Addiction deserves the same rethinking. Treatments have been targeting substances one at a time, when the right target was craving, the engine that drives addiction across substances.
The cost of getting that wrong has been staggering: 80,000 overdose deaths in the U.S. in 2024 and about 178,000 deaths each year from excessive alcohol use. The nation’s response remains fragmented, often inadequate or nonexistent. For cocaine and methamphetamine addiction, no approved medication exists at all. The medications we do have for alcohol and opioid use disorders are decades old, modestly effective, and barely used. Fewer than 2% of people with alcohol use disorder receive any of them. We would not accept a 2% treatment rate for any other deadly disease. We accept it for addiction.
GLP-1 drugs may finally change that. They are the first class to show promise against multiple addictive substances simultaneously.
But critical questions remain. Whether craving returns when people stop taking them — and whether that return triggers relapse — is unknown. It is also unclear whether the effects on craving are independent of weight loss, and whether they hold over years of use or the brain develops neuroadaptation that erodes these benefits.
The drugs also carry side effects, including nausea, vomiting, and in rare cases pancreatitis and vision loss. And for a variety of reasons, many people stop taking them.

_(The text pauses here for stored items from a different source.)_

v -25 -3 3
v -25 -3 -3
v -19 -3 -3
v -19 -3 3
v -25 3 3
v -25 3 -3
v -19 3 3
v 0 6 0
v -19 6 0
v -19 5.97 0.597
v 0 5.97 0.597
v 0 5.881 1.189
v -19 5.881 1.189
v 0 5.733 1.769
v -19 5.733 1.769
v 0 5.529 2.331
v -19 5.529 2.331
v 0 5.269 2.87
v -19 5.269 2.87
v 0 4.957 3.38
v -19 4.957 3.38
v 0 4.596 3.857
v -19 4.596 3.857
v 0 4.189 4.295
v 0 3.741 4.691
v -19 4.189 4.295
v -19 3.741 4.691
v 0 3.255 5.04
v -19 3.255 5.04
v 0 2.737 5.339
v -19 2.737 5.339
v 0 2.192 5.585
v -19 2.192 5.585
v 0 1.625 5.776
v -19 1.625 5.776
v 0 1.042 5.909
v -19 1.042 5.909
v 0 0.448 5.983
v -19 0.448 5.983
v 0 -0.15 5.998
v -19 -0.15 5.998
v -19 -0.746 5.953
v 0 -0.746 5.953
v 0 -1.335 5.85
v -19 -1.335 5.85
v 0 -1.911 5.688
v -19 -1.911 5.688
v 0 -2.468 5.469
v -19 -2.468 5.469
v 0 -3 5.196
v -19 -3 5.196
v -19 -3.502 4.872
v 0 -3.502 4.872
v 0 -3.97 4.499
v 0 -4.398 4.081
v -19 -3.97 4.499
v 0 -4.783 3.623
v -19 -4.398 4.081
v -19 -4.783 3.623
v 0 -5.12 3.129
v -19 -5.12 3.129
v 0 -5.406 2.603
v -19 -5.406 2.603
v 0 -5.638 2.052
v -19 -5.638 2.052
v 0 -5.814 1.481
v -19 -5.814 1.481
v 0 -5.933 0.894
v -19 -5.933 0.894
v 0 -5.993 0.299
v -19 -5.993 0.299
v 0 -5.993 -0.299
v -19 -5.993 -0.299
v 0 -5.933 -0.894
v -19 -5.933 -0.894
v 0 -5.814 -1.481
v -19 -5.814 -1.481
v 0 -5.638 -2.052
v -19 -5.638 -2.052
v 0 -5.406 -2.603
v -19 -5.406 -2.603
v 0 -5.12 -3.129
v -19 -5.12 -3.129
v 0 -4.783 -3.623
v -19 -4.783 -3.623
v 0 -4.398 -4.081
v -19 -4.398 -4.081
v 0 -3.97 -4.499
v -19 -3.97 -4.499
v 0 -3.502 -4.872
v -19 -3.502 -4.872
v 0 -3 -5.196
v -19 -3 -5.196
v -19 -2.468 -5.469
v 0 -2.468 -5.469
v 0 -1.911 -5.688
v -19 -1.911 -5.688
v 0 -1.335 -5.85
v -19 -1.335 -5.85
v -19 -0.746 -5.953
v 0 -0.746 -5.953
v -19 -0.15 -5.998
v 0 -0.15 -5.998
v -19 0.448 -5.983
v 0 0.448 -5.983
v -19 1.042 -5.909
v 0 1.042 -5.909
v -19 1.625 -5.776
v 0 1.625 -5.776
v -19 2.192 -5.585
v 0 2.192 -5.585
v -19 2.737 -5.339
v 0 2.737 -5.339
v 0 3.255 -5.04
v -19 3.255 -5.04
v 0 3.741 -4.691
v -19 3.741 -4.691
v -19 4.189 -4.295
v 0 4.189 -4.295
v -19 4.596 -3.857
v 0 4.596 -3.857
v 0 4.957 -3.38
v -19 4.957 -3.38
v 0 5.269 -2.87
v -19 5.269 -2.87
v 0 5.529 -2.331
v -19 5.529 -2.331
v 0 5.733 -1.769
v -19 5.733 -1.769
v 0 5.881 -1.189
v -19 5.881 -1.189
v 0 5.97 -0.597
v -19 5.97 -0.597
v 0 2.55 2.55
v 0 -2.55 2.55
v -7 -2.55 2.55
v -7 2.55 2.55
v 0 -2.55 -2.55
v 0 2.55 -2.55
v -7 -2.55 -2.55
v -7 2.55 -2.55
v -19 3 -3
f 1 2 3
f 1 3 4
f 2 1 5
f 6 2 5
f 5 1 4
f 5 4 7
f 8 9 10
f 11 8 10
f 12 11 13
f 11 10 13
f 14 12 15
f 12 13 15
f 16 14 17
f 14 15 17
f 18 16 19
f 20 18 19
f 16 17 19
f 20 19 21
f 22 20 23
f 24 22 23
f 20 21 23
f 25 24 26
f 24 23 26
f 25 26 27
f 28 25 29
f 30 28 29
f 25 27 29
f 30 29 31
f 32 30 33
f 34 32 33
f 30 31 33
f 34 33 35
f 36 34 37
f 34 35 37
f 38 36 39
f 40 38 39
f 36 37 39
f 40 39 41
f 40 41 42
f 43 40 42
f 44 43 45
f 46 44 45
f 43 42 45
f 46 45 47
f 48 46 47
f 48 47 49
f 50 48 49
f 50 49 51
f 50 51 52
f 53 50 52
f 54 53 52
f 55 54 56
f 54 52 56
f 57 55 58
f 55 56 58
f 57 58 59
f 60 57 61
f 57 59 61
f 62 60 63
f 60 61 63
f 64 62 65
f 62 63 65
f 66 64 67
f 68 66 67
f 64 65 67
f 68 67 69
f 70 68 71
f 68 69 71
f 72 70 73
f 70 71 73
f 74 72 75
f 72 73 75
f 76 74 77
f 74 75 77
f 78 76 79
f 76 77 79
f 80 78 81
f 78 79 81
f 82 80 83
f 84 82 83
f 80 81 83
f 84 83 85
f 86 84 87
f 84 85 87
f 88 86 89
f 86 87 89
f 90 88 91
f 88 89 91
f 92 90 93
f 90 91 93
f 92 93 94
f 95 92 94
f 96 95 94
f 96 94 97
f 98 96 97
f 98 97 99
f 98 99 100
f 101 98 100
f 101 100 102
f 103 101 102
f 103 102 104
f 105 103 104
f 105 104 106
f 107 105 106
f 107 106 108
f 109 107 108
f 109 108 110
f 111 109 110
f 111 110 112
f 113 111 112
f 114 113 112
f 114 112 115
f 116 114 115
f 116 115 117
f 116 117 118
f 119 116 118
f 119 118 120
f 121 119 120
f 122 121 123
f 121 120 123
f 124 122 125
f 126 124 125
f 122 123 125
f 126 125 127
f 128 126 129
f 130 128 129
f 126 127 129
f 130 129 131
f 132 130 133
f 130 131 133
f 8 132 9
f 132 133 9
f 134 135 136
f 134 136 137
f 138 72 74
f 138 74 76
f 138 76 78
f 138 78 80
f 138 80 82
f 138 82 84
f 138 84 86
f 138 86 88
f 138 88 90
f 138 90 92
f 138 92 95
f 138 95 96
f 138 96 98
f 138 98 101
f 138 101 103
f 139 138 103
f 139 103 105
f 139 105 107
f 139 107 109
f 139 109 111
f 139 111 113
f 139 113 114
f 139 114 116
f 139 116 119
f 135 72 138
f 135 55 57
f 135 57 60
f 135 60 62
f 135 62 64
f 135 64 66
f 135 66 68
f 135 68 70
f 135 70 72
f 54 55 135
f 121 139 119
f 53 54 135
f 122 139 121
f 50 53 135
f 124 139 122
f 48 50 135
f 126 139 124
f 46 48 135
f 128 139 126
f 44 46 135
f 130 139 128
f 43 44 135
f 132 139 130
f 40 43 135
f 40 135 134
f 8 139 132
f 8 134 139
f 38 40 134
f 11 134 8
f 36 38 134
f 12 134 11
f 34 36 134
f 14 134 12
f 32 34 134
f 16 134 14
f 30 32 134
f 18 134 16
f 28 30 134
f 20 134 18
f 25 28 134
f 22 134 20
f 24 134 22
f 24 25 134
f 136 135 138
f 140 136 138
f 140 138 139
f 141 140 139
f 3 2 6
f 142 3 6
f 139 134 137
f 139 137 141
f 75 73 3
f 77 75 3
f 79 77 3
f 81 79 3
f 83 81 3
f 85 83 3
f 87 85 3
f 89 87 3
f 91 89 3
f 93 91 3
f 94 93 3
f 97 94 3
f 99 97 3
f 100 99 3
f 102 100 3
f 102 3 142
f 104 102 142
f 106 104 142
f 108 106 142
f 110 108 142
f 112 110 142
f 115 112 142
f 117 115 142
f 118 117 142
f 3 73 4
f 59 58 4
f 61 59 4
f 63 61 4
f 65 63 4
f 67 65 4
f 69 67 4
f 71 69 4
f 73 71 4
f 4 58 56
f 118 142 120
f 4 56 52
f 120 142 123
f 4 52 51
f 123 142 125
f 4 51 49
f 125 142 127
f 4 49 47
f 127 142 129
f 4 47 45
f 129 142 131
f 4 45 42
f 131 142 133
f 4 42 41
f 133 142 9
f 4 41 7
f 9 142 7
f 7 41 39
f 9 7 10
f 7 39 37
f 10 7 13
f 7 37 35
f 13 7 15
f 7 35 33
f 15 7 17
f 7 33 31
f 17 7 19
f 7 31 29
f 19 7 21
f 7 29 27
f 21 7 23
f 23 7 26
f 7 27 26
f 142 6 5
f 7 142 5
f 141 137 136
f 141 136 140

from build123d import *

# Parameters (mm, degrees)
STOCK_STICK_1_START       = -19
STOCK_STICK_1_OUTLINE_R   = 6
STOCK_STICK_1_DEPTH       = 19
STOCK_STICK_1_START_2     = -25
STOCK_STICK_1_2_OUTLINE_W = 6
STOCK_STICK_1_2_OUTLINE_H = 6
STOCK_STICK_1_2_DEPTH     = 6
SKETCH1_W                 = 5.1
SKETCH1_H                 = 5.1
CUT_EXTRUDE1_DEPTH        = 7


# Read off the part's stored shape, not the designer's step: Stock-Stick-1
with BuildPart() as part:
    # Stock-Stick-1 outline → Stock-Stick-1 (new body)
    with BuildSketch(Plane.YZ.offset(STOCK_STICK_1_START)):
        Circle(STOCK_STICK_1_OUTLINE_R)
    extrude(amount=STOCK_STICK_1_DEPTH)

    # Stock-Stick-1 2 outline → Stock-Stick-1 2 (add)
    with BuildSketch(Plane.YZ.offset(STOCK_STICK_1_START_2)):
        Rectangle(STOCK_STICK_1_2_OUTLINE_W, STOCK_STICK_1_2_OUTLINE_H)
    extrude(amount=STOCK_STICK_1_2_DEPTH)

    # Sketch1 → Cut-Extrude1 (cut)
    with BuildSketch(Plane(origin=(0, 0, 0), x_dir=(0, 0, -1), z_dir=(1, 0, 0))):
        Rectangle(SKETCH1_W, SKETCH1_H)
    extrude(amount=-CUT_EXTRUDE1_DEPTH, mode=Mode.SUBTRACT)


solid = part.part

These drugs are not ready to be prescribed for addiction. We need trials that measure what matters: overdose, hospitalization, and death.

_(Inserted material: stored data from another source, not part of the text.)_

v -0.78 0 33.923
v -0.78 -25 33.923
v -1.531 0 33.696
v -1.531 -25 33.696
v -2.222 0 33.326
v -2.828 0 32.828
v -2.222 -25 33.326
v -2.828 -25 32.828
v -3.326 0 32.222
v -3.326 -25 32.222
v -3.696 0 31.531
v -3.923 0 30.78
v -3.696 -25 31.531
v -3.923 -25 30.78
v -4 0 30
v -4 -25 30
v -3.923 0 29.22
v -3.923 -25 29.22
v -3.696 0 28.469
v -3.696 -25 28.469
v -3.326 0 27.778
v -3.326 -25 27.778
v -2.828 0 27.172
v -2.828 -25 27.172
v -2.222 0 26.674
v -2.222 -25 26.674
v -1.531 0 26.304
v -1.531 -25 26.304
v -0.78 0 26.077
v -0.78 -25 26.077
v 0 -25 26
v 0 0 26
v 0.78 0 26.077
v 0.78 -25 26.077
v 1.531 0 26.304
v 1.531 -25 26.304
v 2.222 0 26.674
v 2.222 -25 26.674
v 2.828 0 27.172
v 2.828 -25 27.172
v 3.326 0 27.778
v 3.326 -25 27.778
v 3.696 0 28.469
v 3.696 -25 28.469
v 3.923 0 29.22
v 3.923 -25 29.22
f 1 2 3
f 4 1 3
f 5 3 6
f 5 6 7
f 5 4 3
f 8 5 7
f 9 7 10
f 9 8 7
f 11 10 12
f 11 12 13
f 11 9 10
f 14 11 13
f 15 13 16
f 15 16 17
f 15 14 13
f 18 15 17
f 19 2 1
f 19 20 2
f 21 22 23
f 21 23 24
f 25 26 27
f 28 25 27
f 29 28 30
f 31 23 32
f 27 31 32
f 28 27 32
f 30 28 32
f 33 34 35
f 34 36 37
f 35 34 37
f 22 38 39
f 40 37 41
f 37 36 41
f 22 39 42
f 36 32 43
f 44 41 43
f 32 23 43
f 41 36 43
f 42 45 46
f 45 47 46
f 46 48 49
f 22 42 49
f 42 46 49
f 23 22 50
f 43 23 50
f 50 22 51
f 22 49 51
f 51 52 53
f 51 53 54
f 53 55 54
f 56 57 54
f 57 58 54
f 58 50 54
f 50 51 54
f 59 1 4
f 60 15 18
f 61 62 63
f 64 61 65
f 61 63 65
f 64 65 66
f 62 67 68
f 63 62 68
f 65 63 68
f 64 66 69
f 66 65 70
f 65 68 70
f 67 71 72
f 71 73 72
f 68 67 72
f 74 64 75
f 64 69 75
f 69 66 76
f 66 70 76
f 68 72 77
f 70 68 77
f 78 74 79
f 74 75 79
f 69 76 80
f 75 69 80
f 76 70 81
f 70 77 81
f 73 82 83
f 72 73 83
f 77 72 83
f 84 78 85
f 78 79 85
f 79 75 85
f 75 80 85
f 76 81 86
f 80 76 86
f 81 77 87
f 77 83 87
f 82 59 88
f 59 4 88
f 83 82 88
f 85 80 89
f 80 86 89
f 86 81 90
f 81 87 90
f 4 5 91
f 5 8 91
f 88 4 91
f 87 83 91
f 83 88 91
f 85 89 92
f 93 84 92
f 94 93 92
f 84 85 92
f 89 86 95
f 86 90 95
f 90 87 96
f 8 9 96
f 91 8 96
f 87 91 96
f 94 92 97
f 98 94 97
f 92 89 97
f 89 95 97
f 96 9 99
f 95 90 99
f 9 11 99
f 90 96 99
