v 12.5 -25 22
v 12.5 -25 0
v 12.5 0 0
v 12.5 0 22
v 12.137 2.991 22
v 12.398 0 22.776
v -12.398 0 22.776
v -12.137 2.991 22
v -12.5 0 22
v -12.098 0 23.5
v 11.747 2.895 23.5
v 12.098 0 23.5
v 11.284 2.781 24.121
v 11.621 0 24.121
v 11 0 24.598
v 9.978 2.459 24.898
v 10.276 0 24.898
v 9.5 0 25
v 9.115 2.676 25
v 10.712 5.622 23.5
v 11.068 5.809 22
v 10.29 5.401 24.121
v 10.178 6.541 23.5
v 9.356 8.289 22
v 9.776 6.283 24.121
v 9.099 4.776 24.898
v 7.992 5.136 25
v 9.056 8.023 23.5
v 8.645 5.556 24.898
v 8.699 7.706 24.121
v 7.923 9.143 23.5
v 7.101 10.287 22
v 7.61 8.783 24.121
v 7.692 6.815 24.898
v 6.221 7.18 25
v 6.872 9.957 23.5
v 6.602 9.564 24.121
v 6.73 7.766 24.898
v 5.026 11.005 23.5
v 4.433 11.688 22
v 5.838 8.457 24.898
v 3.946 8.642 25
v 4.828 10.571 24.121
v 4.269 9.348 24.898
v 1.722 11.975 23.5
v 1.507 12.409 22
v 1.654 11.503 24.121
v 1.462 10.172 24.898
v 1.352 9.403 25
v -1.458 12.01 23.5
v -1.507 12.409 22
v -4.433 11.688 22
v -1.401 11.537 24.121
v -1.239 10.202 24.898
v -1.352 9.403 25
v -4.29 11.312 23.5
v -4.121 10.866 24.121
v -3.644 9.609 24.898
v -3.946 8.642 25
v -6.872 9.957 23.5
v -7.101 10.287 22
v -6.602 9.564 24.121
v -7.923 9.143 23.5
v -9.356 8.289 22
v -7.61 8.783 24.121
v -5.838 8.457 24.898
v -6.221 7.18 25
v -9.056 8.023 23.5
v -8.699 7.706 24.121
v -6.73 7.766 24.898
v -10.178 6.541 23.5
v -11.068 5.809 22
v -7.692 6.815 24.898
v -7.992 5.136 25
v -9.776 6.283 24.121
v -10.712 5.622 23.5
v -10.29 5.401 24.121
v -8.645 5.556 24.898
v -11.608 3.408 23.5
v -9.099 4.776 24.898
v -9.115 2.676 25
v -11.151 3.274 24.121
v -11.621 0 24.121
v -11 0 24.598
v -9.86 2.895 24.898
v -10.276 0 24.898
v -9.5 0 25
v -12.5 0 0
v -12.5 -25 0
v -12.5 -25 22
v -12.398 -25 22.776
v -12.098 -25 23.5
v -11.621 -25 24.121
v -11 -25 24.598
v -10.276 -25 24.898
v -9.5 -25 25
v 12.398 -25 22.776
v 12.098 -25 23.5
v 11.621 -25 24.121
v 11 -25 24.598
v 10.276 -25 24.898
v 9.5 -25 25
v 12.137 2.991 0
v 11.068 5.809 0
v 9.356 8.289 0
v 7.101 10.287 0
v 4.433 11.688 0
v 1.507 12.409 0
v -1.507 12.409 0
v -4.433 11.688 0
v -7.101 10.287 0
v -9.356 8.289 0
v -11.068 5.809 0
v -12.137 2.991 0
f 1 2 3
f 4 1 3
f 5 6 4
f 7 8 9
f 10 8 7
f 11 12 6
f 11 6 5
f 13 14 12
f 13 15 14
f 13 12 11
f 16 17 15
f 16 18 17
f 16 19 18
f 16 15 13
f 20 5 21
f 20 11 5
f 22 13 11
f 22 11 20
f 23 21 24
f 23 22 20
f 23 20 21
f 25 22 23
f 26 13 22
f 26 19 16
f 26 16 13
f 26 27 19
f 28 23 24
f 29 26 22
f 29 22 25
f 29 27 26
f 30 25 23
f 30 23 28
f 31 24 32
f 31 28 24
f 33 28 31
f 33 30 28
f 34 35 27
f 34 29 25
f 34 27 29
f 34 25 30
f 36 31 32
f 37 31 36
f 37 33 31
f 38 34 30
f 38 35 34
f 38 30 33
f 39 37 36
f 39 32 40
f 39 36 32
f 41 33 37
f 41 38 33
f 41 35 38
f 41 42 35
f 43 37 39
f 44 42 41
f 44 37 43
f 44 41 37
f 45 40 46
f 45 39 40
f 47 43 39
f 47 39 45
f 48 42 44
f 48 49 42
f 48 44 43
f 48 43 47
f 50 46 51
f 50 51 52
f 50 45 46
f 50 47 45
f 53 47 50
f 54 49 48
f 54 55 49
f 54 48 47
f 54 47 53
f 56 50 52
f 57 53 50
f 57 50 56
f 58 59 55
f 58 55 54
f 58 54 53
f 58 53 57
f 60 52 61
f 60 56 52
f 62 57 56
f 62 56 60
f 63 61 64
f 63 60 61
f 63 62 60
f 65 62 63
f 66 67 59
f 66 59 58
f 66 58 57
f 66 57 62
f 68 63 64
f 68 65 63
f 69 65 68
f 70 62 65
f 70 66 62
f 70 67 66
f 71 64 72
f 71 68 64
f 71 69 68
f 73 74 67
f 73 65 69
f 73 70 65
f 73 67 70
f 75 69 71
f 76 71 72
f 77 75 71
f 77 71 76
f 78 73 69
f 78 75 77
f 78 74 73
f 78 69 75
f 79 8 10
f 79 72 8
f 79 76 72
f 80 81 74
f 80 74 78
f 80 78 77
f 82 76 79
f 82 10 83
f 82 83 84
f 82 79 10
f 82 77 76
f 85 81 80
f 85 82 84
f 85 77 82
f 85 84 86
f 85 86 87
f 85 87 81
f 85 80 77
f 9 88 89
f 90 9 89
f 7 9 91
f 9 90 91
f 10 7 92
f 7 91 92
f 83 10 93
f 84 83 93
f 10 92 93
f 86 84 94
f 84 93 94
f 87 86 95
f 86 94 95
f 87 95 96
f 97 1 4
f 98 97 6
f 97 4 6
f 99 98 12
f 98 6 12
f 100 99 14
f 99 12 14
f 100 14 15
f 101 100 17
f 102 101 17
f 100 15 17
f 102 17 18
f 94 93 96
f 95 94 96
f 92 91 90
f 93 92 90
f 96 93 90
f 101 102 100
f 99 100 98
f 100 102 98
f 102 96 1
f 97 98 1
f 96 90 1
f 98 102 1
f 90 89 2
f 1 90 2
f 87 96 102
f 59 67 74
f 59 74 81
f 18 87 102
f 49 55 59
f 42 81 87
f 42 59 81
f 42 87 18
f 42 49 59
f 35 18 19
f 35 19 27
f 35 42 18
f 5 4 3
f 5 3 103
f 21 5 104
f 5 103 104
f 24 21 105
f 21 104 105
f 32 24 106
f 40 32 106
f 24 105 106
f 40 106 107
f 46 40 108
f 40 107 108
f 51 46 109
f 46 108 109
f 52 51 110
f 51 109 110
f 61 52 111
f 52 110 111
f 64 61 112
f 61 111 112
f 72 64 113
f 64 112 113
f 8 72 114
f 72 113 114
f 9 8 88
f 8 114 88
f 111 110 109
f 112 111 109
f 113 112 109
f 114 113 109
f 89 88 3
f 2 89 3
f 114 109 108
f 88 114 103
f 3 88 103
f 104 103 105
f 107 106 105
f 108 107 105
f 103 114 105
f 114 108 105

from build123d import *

# Parameters (mm, degrees)
EXTRUDE_1_DEPTH = 25
FILLET_1_R      = 3


with BuildPart() as part:
    # Эскиз1 → Бобышка-Вытянуть1 (new body)
    with BuildSketch(Plane.XY):
        with BuildLine():
            Line((-12.5, 0), (-12.5, -25))
            Line((-12.5, -25), (12.5, -25))
            Line((12.5, -25), (12.5, 0))
            ThreePointArc((12.5, 0), (0, 12.5), (-12.5, 0))
        make_face()
    extrude(amount=EXTRUDE_1_DEPTH)

    # Скругление1
    fillet_1_edges = [part.edges().sort_by_distance(p)[0] for p in [
        (12.5, -12.5, 25),
        (0, 12.5, 25),
        (-12.5, -12.5, 25),
    ]]
    fillet(fillet_1_edges, radius=FILLET_1_R)


solid = part.part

But for the millions already taking them for obesity who also struggle with alcohol, nicotine, or other substances, the evidence suggests they may be benefiting in ways no one expected. Early trial data suggest these drugs do not push people toward abstinence — they reduce consumption. For many patients, the goal is not to stop drinking entirely; it is to be free to drink like someone without addiction.
Back at the dinner party, my friend didn’t become a different person. She didn’t develop superhuman discipline. The cue simply lost its pull.

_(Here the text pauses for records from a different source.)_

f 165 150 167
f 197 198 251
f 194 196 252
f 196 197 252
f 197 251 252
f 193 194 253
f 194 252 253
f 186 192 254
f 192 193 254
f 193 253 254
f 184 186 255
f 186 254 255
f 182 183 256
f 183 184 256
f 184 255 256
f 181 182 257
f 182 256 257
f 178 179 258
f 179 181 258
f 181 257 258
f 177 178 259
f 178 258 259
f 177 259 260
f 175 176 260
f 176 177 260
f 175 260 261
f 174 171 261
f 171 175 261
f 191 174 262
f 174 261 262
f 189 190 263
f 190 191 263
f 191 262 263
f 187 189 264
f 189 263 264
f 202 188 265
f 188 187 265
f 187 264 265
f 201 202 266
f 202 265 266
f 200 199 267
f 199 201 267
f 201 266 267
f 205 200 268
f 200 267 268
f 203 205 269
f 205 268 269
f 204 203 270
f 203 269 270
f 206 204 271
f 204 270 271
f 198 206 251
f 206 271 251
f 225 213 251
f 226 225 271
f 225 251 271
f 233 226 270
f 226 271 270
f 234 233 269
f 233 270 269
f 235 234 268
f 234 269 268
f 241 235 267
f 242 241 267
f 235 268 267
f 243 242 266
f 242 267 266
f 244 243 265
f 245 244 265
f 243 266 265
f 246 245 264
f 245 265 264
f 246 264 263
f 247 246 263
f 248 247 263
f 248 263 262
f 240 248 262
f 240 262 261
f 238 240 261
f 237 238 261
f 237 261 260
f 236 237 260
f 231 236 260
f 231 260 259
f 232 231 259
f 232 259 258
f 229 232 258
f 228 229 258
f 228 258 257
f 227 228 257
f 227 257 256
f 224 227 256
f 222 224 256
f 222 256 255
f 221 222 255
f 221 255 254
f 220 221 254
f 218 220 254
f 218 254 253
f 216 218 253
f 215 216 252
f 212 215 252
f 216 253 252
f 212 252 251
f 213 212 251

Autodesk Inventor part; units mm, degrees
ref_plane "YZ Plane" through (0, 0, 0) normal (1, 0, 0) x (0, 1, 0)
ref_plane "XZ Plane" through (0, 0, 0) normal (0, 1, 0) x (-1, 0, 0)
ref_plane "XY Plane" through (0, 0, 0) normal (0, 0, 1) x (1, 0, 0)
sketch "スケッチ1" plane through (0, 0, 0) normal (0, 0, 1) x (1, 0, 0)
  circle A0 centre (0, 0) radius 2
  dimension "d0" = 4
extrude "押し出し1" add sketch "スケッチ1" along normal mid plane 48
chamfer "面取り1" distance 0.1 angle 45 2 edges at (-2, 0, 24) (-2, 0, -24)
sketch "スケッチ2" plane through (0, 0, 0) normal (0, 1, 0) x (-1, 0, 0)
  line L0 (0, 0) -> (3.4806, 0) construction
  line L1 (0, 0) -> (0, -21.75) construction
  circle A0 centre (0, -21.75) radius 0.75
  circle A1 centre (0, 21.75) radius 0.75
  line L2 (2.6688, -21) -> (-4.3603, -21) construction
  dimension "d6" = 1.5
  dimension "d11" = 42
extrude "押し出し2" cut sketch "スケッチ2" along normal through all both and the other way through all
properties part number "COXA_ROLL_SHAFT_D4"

Craving is a biological signal — a drug noise. We are learning that this noise likely shares a common pathway across substances, one that GLP-1 drugs may be able to quiet. That possibility deserves rigorous trials — and may reshape how we treat addiction. Not one substance at a time. All of them at once. Enough quiet from the drug noise to choose.
Ziyad Al-Aly, M.D., is a physician and researcher at Washington University in St. Louis and chief of research at the VA Saint Louis Health Care System. He was named to the TIME100 Health for his research on long Covid.